Wednesday, October 19, 2005

I am an avid recycler. Nothing makes me happier than making do, and finding new life for old things. A couple of years ago I found what must've been a 10 pound bag of scraps in a thrift store, most cut into approximately 3" squares. There were fabrics in there going back to the 60s, and I have had the best time trimming and sorting them into piles, and remembering the times when certain prints and colors were in style. I've used these fabrics in several quilts and I think they really add a distinctive feel to my work.

Some of these scraps ended up in a quilt I called "Town Square," which was a wedding gift to friends who really loved it.


There was a lot of blue in the mix, and I also made this still-unquilted wallhanging, "Aquarium." It was fun to play with the values.

I still have a significant stash of squares in a brown, orange and pink range, and I'm looking forward to playing with those soon.
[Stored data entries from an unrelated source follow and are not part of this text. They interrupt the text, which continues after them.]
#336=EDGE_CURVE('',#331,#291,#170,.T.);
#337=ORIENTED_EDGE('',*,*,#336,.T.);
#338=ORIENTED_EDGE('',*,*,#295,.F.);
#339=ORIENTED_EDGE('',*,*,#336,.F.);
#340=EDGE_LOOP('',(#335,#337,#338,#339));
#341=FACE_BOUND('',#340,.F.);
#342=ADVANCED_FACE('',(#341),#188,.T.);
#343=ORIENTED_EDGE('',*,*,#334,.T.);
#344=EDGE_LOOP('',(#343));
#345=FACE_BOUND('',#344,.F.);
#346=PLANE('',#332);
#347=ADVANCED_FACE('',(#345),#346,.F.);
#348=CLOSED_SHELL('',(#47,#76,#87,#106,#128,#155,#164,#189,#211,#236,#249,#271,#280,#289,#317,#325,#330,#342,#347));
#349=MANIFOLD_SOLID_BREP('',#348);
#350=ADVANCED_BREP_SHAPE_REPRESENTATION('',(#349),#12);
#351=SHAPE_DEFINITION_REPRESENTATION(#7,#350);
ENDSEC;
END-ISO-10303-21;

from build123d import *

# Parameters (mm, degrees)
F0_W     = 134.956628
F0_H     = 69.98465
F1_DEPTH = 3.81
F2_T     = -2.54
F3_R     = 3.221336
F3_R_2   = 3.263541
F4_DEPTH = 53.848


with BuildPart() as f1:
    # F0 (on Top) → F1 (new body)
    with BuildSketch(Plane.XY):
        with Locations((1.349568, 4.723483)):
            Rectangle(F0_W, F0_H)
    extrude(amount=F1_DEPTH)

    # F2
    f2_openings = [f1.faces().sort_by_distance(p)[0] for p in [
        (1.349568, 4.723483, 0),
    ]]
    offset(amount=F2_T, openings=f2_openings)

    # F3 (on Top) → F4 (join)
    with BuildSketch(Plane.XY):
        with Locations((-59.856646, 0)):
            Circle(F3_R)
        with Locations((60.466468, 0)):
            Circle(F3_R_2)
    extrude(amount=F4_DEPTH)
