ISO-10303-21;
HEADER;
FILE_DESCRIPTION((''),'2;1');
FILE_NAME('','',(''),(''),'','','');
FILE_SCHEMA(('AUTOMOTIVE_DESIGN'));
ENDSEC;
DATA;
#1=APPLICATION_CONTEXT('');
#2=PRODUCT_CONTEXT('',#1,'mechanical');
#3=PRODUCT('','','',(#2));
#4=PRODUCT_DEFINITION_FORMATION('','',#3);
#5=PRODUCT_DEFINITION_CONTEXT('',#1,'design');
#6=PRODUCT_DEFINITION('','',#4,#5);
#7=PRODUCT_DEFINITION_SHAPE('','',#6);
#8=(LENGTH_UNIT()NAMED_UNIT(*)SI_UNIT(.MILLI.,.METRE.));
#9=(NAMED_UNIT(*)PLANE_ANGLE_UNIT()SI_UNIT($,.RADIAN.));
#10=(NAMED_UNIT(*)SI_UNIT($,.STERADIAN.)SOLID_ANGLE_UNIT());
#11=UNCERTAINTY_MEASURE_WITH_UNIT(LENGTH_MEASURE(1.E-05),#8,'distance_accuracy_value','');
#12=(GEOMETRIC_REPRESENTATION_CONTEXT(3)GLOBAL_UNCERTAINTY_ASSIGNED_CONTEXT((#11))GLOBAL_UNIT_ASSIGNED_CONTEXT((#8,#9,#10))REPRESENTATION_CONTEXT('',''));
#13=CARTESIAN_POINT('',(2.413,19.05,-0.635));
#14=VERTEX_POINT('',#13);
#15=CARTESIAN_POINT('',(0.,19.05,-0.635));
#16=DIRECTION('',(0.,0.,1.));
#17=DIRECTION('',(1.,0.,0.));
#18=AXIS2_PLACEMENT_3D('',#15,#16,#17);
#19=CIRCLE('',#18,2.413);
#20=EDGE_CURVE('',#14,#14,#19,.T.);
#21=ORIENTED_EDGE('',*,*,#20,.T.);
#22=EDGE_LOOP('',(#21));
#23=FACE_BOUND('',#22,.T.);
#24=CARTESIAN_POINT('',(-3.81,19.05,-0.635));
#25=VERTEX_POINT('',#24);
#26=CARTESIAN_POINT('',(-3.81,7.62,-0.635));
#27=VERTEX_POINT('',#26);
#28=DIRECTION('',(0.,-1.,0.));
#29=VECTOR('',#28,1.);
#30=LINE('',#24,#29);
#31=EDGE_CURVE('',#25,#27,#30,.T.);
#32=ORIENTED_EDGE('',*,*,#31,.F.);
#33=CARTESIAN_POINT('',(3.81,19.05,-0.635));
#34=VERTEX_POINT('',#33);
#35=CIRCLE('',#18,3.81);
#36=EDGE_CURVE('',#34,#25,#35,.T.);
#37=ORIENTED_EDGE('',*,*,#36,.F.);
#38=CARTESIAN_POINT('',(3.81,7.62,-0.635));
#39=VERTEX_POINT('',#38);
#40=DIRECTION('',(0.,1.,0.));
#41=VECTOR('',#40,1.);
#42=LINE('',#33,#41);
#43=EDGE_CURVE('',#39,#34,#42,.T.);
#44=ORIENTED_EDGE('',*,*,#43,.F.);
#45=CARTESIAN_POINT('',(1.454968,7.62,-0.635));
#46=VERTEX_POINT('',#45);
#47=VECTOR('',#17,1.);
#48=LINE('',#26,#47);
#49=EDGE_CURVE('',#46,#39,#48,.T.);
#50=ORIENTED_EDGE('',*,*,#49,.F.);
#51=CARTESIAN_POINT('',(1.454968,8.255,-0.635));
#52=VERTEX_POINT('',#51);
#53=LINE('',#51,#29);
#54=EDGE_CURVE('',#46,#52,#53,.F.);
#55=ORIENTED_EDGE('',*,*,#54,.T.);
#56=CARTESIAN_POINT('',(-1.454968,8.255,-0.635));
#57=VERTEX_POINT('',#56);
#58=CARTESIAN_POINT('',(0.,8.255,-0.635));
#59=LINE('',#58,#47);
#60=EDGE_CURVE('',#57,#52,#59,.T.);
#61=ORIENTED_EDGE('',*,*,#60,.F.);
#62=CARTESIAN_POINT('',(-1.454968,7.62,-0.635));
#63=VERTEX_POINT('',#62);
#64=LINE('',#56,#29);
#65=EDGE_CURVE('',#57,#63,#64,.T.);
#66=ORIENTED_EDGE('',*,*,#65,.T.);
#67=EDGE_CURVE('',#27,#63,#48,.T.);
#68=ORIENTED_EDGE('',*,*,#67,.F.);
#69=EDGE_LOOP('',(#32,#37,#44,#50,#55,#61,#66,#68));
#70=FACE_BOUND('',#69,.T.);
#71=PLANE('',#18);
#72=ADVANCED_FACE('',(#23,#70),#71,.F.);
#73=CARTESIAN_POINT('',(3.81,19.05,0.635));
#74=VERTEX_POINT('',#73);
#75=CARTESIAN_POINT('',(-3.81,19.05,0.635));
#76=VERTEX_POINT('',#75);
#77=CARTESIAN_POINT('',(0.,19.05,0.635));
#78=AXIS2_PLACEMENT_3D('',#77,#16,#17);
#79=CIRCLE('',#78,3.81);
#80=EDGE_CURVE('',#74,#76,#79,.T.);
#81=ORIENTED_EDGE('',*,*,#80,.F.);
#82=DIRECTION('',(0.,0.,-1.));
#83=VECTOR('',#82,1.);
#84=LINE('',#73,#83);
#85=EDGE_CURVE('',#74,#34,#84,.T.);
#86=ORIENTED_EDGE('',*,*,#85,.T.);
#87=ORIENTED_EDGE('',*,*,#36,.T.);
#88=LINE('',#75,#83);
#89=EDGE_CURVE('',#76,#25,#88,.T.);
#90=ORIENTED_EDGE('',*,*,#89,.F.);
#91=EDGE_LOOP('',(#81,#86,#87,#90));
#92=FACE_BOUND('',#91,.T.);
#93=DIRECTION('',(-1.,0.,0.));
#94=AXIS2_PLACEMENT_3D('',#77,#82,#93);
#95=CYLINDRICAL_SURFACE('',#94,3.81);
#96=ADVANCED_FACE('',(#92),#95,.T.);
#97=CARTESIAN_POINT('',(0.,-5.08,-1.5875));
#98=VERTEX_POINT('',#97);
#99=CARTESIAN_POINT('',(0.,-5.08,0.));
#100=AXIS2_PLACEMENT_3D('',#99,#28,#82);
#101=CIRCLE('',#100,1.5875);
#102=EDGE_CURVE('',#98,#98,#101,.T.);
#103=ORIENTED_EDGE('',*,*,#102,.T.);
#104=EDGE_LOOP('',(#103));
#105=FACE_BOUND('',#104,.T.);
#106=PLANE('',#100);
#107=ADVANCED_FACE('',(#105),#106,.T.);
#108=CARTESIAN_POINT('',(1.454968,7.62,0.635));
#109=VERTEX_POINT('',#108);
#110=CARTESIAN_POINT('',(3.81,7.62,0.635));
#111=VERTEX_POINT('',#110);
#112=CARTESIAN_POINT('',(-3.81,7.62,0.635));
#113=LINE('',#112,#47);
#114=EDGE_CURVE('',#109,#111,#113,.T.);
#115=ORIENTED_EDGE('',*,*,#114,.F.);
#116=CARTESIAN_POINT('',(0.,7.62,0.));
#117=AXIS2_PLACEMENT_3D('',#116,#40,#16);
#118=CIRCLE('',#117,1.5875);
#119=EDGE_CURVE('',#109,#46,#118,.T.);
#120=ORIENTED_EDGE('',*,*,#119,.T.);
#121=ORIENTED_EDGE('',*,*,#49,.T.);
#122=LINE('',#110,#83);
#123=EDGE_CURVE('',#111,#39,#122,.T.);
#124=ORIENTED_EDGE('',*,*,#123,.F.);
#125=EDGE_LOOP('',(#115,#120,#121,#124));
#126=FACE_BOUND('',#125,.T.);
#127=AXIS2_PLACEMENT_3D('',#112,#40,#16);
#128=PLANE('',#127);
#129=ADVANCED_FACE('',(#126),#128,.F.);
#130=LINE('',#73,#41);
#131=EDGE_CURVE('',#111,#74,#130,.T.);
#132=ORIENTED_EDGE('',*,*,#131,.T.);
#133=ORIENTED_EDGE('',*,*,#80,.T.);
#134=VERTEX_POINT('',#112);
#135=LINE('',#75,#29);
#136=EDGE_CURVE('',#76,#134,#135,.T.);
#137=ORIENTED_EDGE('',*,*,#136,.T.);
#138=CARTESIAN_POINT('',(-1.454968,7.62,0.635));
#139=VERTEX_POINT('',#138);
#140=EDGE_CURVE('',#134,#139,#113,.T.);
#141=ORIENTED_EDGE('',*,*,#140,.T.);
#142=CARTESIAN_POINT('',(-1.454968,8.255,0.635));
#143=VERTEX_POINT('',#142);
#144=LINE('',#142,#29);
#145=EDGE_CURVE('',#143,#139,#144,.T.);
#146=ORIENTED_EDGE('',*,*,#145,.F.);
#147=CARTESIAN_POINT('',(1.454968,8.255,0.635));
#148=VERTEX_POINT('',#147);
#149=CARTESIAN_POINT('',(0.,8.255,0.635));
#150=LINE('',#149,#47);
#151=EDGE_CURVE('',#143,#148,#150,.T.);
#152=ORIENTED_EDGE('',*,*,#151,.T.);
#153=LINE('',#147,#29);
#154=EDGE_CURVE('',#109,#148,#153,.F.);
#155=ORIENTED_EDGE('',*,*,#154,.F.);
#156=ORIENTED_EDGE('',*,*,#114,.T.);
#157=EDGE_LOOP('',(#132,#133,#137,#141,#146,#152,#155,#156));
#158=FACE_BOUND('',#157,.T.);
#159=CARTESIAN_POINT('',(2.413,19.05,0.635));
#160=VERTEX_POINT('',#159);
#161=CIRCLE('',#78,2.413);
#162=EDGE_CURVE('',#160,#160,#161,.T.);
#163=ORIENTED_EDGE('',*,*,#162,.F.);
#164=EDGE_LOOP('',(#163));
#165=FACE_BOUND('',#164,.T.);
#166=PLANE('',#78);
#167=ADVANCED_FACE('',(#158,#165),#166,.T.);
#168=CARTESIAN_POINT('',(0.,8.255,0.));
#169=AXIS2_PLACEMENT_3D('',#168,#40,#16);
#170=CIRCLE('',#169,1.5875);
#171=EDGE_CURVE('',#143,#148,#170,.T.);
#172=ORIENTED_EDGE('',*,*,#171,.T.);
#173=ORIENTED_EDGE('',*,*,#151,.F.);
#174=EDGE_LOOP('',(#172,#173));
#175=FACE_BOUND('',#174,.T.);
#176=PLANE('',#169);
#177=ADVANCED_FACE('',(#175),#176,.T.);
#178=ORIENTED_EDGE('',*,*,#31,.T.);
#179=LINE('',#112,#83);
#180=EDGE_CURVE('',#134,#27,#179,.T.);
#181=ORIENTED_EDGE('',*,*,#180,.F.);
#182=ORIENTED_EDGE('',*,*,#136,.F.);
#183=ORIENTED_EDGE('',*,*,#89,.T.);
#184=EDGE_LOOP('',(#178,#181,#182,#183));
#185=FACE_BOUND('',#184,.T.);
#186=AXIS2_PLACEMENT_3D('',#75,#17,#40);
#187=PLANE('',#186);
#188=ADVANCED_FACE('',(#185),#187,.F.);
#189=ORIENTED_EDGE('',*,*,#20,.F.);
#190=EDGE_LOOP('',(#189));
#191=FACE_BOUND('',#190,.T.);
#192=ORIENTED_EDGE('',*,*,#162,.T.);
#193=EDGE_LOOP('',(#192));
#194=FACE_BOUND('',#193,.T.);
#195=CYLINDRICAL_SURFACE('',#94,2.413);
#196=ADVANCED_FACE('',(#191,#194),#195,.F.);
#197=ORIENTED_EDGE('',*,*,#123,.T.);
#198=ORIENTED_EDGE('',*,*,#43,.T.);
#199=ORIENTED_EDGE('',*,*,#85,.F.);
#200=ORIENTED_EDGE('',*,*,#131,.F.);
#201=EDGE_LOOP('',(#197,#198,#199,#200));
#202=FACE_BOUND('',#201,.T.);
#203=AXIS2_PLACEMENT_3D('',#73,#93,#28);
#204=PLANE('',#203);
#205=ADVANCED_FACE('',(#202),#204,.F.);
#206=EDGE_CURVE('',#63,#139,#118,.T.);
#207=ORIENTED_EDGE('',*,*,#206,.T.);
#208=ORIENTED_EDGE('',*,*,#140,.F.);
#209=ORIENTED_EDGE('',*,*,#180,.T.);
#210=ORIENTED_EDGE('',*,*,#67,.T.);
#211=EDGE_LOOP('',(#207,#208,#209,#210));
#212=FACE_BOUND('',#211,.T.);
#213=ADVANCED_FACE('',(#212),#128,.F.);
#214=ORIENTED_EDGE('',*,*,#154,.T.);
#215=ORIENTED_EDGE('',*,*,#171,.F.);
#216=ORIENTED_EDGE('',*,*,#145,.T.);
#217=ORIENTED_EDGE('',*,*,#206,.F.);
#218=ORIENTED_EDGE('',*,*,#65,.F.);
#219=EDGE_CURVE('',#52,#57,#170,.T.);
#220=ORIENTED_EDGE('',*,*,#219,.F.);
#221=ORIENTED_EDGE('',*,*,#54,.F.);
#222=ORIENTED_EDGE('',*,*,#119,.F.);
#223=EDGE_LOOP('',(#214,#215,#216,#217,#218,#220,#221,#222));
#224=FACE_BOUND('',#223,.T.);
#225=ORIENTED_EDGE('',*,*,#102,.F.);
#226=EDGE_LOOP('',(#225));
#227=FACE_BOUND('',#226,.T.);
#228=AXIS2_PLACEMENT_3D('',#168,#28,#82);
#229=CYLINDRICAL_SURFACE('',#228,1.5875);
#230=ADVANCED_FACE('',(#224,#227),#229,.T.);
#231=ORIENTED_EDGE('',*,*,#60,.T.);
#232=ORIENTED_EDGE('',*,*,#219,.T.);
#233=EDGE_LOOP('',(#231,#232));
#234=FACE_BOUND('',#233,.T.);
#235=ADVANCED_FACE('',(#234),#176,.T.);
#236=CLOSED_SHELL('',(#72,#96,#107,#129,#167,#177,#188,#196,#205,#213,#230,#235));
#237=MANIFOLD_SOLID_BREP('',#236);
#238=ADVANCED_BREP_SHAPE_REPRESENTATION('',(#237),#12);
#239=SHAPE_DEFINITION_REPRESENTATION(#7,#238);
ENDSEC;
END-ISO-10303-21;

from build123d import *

# Parameters (mm, degrees)
SKETCH1_R      = 1.5875
EXTRUDE1_DEPTH = 8.255
SKETCH2_R      = 2.413
EXTRUDE2_DEPTH = 0.635
SKETCH3_R      = 1.5875
EXTRUDE3_DEPTH = 5.08


with BuildPart() as part:
    # Sketch1 → Extrude1 (new body)
    with BuildSketch(Plane(origin=(0, 0, 0), x_dir=(1, 0, 0), z_dir=(0, 1, 0))):
        Circle(SKETCH1_R)
    extrude(amount=EXTRUDE1_DEPTH)

    # Sketch2 → Extrude2 (add, symmetric)
    with BuildSketch(Plane.XY):
        with BuildLine():
            Line((-3.81, 19.05), (-3.81, 7.62))
            Line((-3.81, 7.62), (3.81, 7.62))
            Line((3.81, 7.62), (3.81, 19.05))
            ThreePointArc((3.81, 19.05), (0, 22.86), (-3.81, 19.05))
        make_face()
        with Locations((0, 19.05)):
            Circle(SKETCH2_R, mode=Mode.SUBTRACT)
    extrude(amount=EXTRUDE2_DEPTH, both=True)

    # Sketch3 → Extrude3 (add)
    with BuildSketch(Plane.XZ):
        Circle(SKETCH3_R)
    extrude(amount=EXTRUDE3_DEPTH)


solid = part.part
All the reds ended up in a particularly scrappy quilt I made for myself.

I just had it quilted--it's the first quilt I've had professionally quilted, but given it's size (about 100x110) I just couldn't muster the enthusiasm to do it myself. I love the look of this quilt. As soon as I bind it, it's going on my bed. Of course, I may have to redecorate around it.

Friday, October 14, 2005

I was out of town when we got rain a couple of weeks ago, but now I'm here at home for the second rain of the season. I live on the far north coast of California, in the redwood forest, in the lungs of the world, so we get a lot of rain, usually from Halloween through March or April. The first year I lived here, I swear it rained non-stop through the month of February. Now that it's rainy and windy, I thought I'd take out some summery photos of this year's farmer's market.

There's something cheerful about sunflowers. They are so hardy and robust. And here's my Michael smelling the thyme.

I love this display of cherry tomatoes. They are indeed like paintboxes, a feast for the eyes, but they also taste as good as they look.

It's rainy and dark, but we did have a lovely summer.

Tuesday, October 11, 2005


Here's a quilt top I just took down form my design wall. It's for my 15 year old son Alex. When he was younger I made him a jar quilt, which he used for awhile, and then he "graduated" to putting it on his bed with the backing side up. Okay, I can take a hint. He's now a too cool and sophisticated for a jar quilt, so when I saw this black and white Alexander Henry fabric called "Adventures of Nina" (I think) it looked cool enough to me. In the detailed photo you can see some fun cityscape fabric that is part of a Spiderman collection. (I think I'll keep that information to myself.)

So I made this quilt loosely inspired by a commercial pattern. I called Alex into the room to look at the finished top and I think I got a shrug of approval, but I'm not sure.

Welcome to my blog! This is my space to discuss works in progress, and to share my experiences as an artist and writer in the world. I'm starting with a recent favorite photo of Violet, my honey Michael's kitten. She and Fat Bob, a littermate, joined his household this summer. Violet is a brave and aggressive little kitty. If I hadn't seen her do this deer kissing thing in person, I never would've believed that this photo was real. But I've seen her go up to deer, sneaking up to them like a tiger until they sniff each other suspiciously. If the deer get uncomfortable, they stamp their feet, just to remind her that even though she's related to big cat species, they indeed are much bigger than she is. Luckily, these deer are pretty used to human traffic, so a little cat is merely a curiosity to them. I love Violet's fearlessness. She's no shrinking Violet.